**** Available data ****

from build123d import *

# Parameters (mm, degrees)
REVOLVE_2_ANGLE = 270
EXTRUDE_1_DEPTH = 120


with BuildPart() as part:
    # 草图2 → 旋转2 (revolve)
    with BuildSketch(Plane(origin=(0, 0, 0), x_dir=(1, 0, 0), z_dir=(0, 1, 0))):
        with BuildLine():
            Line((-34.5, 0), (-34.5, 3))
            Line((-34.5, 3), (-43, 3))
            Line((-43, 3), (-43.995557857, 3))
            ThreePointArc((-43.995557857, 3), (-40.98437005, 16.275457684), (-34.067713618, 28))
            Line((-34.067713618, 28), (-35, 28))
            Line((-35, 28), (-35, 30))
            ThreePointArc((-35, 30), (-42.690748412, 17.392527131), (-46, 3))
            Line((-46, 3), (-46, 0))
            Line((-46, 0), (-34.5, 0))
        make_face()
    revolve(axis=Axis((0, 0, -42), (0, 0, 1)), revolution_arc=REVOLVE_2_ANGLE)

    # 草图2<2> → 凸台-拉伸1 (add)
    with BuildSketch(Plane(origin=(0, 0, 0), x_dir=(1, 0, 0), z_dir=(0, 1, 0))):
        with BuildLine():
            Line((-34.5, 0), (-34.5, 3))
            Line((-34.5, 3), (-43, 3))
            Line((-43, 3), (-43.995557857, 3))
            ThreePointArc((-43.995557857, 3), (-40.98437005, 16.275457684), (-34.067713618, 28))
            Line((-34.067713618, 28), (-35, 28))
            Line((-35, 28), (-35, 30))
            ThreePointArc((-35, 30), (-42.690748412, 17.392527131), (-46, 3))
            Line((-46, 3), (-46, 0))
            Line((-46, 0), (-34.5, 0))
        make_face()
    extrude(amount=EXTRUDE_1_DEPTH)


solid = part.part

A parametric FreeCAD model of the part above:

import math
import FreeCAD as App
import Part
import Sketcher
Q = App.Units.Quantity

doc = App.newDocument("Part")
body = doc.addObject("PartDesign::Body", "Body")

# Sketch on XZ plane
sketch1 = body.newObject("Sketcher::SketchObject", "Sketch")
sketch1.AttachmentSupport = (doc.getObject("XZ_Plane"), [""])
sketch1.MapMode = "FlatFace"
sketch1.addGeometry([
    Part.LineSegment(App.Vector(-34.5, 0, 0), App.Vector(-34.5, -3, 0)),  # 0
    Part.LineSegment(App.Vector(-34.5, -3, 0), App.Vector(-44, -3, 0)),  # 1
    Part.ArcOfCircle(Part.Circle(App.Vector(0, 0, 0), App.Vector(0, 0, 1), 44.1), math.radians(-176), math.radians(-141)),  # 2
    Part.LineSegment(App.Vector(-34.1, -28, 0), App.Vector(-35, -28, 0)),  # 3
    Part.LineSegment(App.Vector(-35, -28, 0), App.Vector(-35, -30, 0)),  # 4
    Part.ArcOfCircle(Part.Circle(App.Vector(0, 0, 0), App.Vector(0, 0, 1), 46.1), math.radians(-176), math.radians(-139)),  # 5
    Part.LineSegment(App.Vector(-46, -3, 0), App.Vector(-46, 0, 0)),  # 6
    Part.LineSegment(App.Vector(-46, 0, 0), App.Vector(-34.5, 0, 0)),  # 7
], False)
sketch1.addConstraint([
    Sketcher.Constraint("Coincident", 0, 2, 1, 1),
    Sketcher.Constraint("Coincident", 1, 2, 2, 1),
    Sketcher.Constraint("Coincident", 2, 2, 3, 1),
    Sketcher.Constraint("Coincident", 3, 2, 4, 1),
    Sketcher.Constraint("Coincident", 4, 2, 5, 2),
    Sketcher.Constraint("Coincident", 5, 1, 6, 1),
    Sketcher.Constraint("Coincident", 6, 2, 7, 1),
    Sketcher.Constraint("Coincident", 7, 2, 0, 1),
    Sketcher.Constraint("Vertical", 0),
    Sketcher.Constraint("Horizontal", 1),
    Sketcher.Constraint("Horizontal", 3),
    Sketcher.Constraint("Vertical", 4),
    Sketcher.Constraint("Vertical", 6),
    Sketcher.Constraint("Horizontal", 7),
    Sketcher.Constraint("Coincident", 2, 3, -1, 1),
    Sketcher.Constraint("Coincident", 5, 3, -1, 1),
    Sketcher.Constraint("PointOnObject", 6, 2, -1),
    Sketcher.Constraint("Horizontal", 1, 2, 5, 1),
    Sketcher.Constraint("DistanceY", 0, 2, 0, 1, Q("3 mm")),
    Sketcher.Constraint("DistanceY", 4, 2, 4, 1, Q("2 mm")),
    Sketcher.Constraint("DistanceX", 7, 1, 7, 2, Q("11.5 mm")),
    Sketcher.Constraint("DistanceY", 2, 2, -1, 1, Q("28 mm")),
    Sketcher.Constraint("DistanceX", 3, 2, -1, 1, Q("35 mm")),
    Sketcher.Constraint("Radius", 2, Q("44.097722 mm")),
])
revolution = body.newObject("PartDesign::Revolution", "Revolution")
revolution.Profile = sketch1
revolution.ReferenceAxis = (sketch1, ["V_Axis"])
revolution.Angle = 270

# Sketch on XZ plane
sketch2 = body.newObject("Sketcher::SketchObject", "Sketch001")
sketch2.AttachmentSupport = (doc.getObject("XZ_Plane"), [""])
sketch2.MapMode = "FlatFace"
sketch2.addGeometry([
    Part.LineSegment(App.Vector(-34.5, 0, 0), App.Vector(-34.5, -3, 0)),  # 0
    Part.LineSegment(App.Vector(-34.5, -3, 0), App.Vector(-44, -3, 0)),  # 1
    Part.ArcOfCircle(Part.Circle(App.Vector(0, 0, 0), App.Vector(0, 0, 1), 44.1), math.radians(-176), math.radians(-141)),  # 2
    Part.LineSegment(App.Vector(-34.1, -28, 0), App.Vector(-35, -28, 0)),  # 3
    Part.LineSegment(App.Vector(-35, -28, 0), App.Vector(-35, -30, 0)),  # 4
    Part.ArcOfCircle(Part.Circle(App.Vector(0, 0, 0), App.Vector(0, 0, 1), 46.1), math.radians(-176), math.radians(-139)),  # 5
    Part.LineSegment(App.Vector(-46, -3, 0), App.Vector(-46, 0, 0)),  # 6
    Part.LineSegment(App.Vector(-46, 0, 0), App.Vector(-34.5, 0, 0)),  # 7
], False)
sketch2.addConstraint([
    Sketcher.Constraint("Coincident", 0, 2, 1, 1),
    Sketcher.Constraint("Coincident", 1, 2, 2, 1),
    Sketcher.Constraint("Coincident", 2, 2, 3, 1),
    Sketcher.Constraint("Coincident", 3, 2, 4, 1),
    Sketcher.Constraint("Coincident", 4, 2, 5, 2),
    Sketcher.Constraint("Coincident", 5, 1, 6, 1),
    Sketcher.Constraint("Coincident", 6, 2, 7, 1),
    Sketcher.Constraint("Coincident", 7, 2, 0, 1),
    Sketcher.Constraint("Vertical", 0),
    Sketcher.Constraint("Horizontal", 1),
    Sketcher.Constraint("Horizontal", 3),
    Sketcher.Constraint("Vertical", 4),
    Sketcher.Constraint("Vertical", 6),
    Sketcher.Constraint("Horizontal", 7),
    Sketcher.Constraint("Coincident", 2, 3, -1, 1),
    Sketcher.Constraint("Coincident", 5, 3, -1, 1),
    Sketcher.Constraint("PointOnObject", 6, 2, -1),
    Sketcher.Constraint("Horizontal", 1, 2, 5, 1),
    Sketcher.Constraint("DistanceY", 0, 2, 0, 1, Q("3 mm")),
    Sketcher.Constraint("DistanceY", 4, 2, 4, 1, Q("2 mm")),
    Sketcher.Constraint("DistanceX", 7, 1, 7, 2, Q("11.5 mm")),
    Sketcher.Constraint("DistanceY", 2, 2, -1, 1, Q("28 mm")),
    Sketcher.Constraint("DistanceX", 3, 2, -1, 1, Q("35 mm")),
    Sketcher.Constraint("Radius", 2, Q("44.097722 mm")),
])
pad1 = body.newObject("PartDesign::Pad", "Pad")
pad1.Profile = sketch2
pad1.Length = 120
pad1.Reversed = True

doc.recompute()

****
**** Available data ****

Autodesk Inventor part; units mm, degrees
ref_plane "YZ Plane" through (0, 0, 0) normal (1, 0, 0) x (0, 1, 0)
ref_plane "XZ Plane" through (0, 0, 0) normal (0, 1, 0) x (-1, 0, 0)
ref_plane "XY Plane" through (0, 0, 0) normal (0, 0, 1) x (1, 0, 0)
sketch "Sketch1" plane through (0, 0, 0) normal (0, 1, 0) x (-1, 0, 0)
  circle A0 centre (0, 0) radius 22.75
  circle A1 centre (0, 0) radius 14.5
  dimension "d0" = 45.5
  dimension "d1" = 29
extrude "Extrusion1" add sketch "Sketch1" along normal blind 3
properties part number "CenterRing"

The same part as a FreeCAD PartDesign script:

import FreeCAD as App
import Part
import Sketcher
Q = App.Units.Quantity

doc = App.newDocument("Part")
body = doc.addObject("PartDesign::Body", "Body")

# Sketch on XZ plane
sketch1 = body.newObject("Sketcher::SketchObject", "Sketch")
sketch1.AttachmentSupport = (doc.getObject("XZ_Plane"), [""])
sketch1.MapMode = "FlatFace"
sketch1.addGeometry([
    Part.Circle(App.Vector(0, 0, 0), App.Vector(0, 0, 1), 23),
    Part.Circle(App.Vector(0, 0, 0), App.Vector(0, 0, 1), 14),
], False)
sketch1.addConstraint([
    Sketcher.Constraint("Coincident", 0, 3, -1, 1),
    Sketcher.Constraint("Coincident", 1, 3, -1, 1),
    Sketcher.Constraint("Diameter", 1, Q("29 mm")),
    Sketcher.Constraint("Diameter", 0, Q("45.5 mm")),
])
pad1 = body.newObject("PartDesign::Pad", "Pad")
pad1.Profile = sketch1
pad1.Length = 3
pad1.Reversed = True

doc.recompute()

****

§ **Your assignment**
Looking at the data above, return every line from the one with "properties part number" down to the one with "The same part", exactly and inclusively.

§ **Solved problem**
properties part number "CenterRing"

The same part as a FreeCAD PartDesign script:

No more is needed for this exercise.